A robust dynamic state estimation approach against model errors caused by load changes
- BATTELLE (PACIFIC NW LAB)
- University of Denver
Dynamic state estimation (DSE) plays an important role in power system security monitoring and online control. In practice, there are two approaches to implementing DSE. The first approach is distributed DSE, which is based on the assumption that the terminal bus of each generator can be measured by PMUs (phasor measurement units). The assumption cannot be satisfied currently, however, because PMUs usually are installed at important high-voltage buses such as 500-kV buses installed in portions of the grid overseen by the Western Electricity Coordinating Council. Another issue of this approach is that performance of DSE is vulnerable to bad measurement data. The reason for this vulnerability is that DSE is performed separately through measurements at each terminal bus, and measurements at terminal buses are the only measurement upon which DSE can rely. Therefore, important redundant measurements are not included in this approach.
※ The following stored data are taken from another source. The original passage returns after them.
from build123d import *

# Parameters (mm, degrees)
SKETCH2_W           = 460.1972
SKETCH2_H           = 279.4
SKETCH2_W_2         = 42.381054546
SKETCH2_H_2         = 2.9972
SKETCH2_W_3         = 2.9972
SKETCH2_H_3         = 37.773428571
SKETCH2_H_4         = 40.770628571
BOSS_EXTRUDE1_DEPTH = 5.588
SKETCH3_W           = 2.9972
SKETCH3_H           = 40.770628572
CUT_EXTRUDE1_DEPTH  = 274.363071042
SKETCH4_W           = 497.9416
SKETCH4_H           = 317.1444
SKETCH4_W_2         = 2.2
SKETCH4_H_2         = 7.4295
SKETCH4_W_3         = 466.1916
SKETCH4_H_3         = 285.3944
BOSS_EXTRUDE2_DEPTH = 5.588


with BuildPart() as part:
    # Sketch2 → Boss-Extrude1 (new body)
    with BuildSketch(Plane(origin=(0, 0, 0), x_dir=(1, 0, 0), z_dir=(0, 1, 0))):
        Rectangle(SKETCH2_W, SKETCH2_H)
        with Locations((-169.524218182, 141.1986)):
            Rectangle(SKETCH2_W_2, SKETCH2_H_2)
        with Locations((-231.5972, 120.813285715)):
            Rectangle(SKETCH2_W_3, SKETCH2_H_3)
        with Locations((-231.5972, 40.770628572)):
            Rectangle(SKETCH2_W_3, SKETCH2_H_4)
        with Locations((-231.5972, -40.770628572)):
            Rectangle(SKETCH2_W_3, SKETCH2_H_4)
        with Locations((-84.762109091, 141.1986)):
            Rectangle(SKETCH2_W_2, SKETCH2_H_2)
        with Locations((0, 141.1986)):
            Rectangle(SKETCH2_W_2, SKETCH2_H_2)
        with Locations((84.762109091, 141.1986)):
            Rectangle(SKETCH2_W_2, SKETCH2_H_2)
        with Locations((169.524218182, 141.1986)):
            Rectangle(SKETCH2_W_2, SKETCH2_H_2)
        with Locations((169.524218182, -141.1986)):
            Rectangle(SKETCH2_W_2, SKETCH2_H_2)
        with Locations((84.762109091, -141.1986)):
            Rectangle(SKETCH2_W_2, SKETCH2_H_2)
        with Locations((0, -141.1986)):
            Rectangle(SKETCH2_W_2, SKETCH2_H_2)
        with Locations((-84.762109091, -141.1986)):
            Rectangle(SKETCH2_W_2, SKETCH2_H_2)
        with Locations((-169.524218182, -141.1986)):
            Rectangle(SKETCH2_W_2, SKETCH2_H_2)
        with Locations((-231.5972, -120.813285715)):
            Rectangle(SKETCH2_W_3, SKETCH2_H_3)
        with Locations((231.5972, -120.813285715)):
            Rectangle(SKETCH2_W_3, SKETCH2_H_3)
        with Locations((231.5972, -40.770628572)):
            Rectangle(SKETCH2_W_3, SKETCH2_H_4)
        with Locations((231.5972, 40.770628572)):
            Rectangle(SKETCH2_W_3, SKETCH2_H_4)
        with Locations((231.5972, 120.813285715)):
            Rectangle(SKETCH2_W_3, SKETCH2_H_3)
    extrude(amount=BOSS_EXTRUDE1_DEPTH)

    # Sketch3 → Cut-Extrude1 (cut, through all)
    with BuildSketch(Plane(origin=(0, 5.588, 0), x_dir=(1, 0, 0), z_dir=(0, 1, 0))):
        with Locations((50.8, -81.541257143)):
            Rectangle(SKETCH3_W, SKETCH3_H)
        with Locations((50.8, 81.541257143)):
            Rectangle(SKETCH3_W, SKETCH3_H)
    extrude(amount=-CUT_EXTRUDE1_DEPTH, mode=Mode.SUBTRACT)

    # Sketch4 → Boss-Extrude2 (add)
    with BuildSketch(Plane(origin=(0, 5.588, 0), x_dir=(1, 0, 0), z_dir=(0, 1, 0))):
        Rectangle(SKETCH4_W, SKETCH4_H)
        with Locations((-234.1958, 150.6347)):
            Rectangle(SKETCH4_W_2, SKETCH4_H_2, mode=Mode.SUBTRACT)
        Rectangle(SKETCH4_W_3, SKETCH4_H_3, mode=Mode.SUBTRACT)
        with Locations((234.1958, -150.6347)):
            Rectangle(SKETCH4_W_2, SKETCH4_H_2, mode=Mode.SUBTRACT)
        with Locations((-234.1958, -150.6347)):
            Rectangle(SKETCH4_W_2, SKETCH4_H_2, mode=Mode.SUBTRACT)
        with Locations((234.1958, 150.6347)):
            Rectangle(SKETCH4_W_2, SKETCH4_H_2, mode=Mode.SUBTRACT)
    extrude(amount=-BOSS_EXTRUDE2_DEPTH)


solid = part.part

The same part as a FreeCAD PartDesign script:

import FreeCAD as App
import Part
import Sketcher

V = App.Vector
Q = App.Units.Quantity


def add_polygon(sketch, points):
    """Adds a closed chain of lines whose ends are joined by coincident constraints."""
    first, n = sketch.GeometryCount, len(points)
    for a, b in zip(points, points[1:] + points[:1]):
        sketch.addGeometry(Part.LineSegment(App.Vector(*a, 0), App.Vector(*b, 0)), False)
    for i in range(n):
        sketch.addConstraint(Sketcher.Constraint("Coincident", first + i, 2, first + (i + 1) % n, 1))

doc = App.newDocument("Part")
body = doc.addObject("PartDesign::Body", "Body")

sketch1 = body.newObject("Sketcher::SketchObject", "Sketch")
sketch1.AttachmentSupport = (doc.getObject("XZ_Plane"), [""])
sketch1.MapMode = "FlatFace"
add_polygon(sketch1, [(-230.0986, 61.155943), (-230.0986, 101.926571), (-233.0958, 101.926571), (-233.0958, 139.7), (-230.0986, 139.7), (-190.714745, 139.7), (-190.714745, 142.6972), (-148.333691, 142.6972), (-148.333691, 139.7), (-105.952636, 139.7), (-105.952636, 142.6972), (-63.571582, 142.6972), (-63.571582, 139.7), (-21.190527, 139.7), (-21.190527, 142.6972), (21.190527, 142.6972), (21.190527, 139.7), (63.571582, 139.7), (63.571582, 142.6972), (105.952636, 142.6972), (105.952636, 139.7), (148.333691, 139.7), (148.333691, 142.6972), (190.714745, 142.6972), (190.714745, 139.7), (230.0986, 139.7), (233.0958, 139.7), (233.0958, 101.926571), (230.0986, 101.926571), (230.0986, 61.155943), (233.0958, 61.155943), (233.0958, 20.385314), (230.0986, 20.385314), (230.0986, -20.385314), (233.0958, -20.385314), (233.0958, -61.155943), (230.0986, -61.155943), (230.0986, -101.926571), (233.0958, -101.926571), (233.0958, -139.7), (230.0986, -139.7), (190.714745, -139.7), (190.714745, -142.6972), (148.333691, -142.6972), (148.333691, -139.7), (105.952636, -139.7), (105.952636, -142.6972), (63.571582, -142.6972), (63.571582, -139.7), (21.190527, -139.7), (21.190527, -142.6972), (-21.190527, -142.6972), (-21.190527, -139.7), (-63.571582, -139.7), (-63.571582, -142.6972), (-105.952636, -142.6972), (-105.952636, -139.7), (-148.333691, -139.7), (-148.333691, -142.6972), (-190.714745, -142.6972), (-190.714745, -139.7), (-230.0986, -139.7), (-233.0958, -139.7), (-233.0958, -101.926571), (-230.0986, -101.926571), (-230.0986, -61.155943), (-233.0958, -61.155943), (-233.0958, -20.385314), (-230.0986, -20.385314), (-230.0986, 20.385314), (-233.0958, 20.385314), (-233.0958, 61.155943)])
sketch1.addConstraint(Sketcher.Constraint("Vertical", 0))
sketch1.addConstraint(Sketcher.Constraint("Horizontal", 1))
sketch1.addConstraint(Sketcher.Constraint("Vertical", 2))
sketch1.addConstraint(Sketcher.Constraint("Horizontal", 3))
sketch1.addConstraint(Sketcher.Constraint("Horizontal", 4))
sketch1.addConstraint(Sketcher.Constraint("Vertical", 5))
sketch1.addConstraint(Sketcher.Constraint("Horizontal", 6))
sketch1.addConstraint(Sketcher.Constraint("Vertical", 7))
sketch1.addConstraint(Sketcher.Constraint("Horizontal", 8))
sketch1.addConstraint(Sketcher.Constraint("Vertical", 9))
sketch1.addConstraint(Sketcher.Constraint("Horizontal", 10))
sketch1.addConstraint(Sketcher.Constraint("Vertical", 11))
sketch1.addConstraint(Sketcher.Constraint("Horizontal", 12))
sketch1.addConstraint(Sketcher.Constraint("Vertical", 13))
sketch1.addConstraint(Sketcher.Constraint("Horizontal", 14))
sketch1.addConstraint(Sketcher.Constraint("Vertical", 15))
sketch1.addConstraint(Sketcher.Constraint("Horizontal", 16))
sketch1.addConstraint(Sketcher.Constraint("Vertical", 17))
sketch1.addConstraint(Sketcher.Constraint("Horizontal", 18))
sketch1.addConstraint(Sketcher.Constraint("Vertical", 19))
sketch1.addConstraint(Sketcher.Constraint("Horizontal", 20))
sketch1.addConstraint(Sketcher.Constraint("Vertical", 21))
sketch1.addConstraint(Sketcher.Constraint("Horizontal", 22))
sketch1.addConstraint(Sketcher.Constraint("Vertical", 23))
sketch1.addConstraint(Sketcher.Constraint("Horizontal", 24))
sketch1.addConstraint(Sketcher.Constraint("Horizontal", 25))
sketch1.addConstraint(Sketcher.Constraint("Vertical", 26))
sketch1.addConstraint(Sketcher.Constraint("Horizontal", 27))
sketch1.addConstraint(Sketcher.Constraint("Vertical", 28))
sketch1.addConstraint(Sketcher.Constraint("Horizontal", 29))
sketch1.addConstraint(Sketcher.Constraint("Vertical", 30))
sketch1.addConstraint(Sketcher.Constraint("Horizontal", 31))
sketch1.addConstraint(Sketcher.Constraint("Vertical", 32))
sketch1.addConstraint(Sketcher.Constraint("Horizontal", 33))
sketch1.addConstraint(Sketcher.Constraint("Vertical", 34))
sketch1.addConstraint(Sketcher.Constraint("Horizontal", 35))
sketch1.addConstraint(Sketcher.Constraint("Vertical", 36))
sketch1.addConstraint(Sketcher.Constraint("Horizontal", 37))
sketch1.addConstraint(Sketcher.Constraint("Vertical", 38))
sketch1.addConstraint(Sketcher.Constraint("Horizontal", 39))
sketch1.addConstraint(Sketcher.Constraint("Horizontal", 40))
sketch1.addConstraint(Sketcher.Constraint("Vertical", 41))
sketch1.addConstraint(Sketcher.Constraint("Horizontal", 42))
sketch1.addConstraint(Sketcher.Constraint("Vertical", 43))
sketch1.addConstraint(Sketcher.Constraint("Horizontal", 44))
sketch1.addConstraint(Sketcher.Constraint("Vertical", 45))
sketch1.addConstraint(Sketcher.Constraint("Horizontal", 46))
sketch1.addConstraint(Sketcher.Constraint("Vertical", 47))
sketch1.addConstraint(Sketcher.Constraint("Horizontal", 48))
sketch1.addConstraint(Sketcher.Constraint("Vertical", 49))
sketch1.addConstraint(Sketcher.Constraint("Horizontal", 50))
sketch1.addConstraint(Sketcher.Constraint("Vertical", 51))
sketch1.addConstraint(Sketcher.Constraint("Horizontal", 52))
sketch1.addConstraint(Sketcher.Constraint("Vertical", 53))
sketch1.addConstraint(Sketcher.Constraint("Horizontal", 54))
sketch1.addConstraint(Sketcher.Constraint("Vertical", 55))
sketch1.addConstraint(Sketcher.Constraint("Horizontal", 56))
sketch1.addConstraint(Sketcher.Constraint("Vertical", 57))
sketch1.addConstraint(Sketcher.Constraint("Horizontal", 58))
sketch1.addConstraint(Sketcher.Constraint("Vertical", 59))
sketch1.addConstraint(Sketcher.Constraint("Horizontal", 60))
sketch1.addConstraint(Sketcher.Constraint("Horizontal", 61))
sketch1.addConstraint(Sketcher.Constraint("Vertical", 62))
sketch1.addConstraint(Sketcher.Constraint("Horizontal", 63))
sketch1.addConstraint(Sketcher.Constraint("Vertical", 64))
The second approach is centralized DSE. This approach does not have the requirement for PMU location, and redundant measurements can be considered fully. However, load changes and grid topology changes impact centralized DSE. In this paper, we propose a new approach for handling the impact of load changes on DSE. We have developed a new algorithm that includes two sequential steps. In the first step, errors caused by load changes are detected by analyzing the difference between prediction results and measured results. In the second step, once model error is detected, a model optimization procedure is run to correct the error so the state estimation error can be mitigated. Simulation results from the IEEE 68 bus system show that the proposed approach can effectively handle model errors caused by load changes.
- Research Organization:
- Pacific Northwest National Lab. (PNNL), Richland, WA (United States)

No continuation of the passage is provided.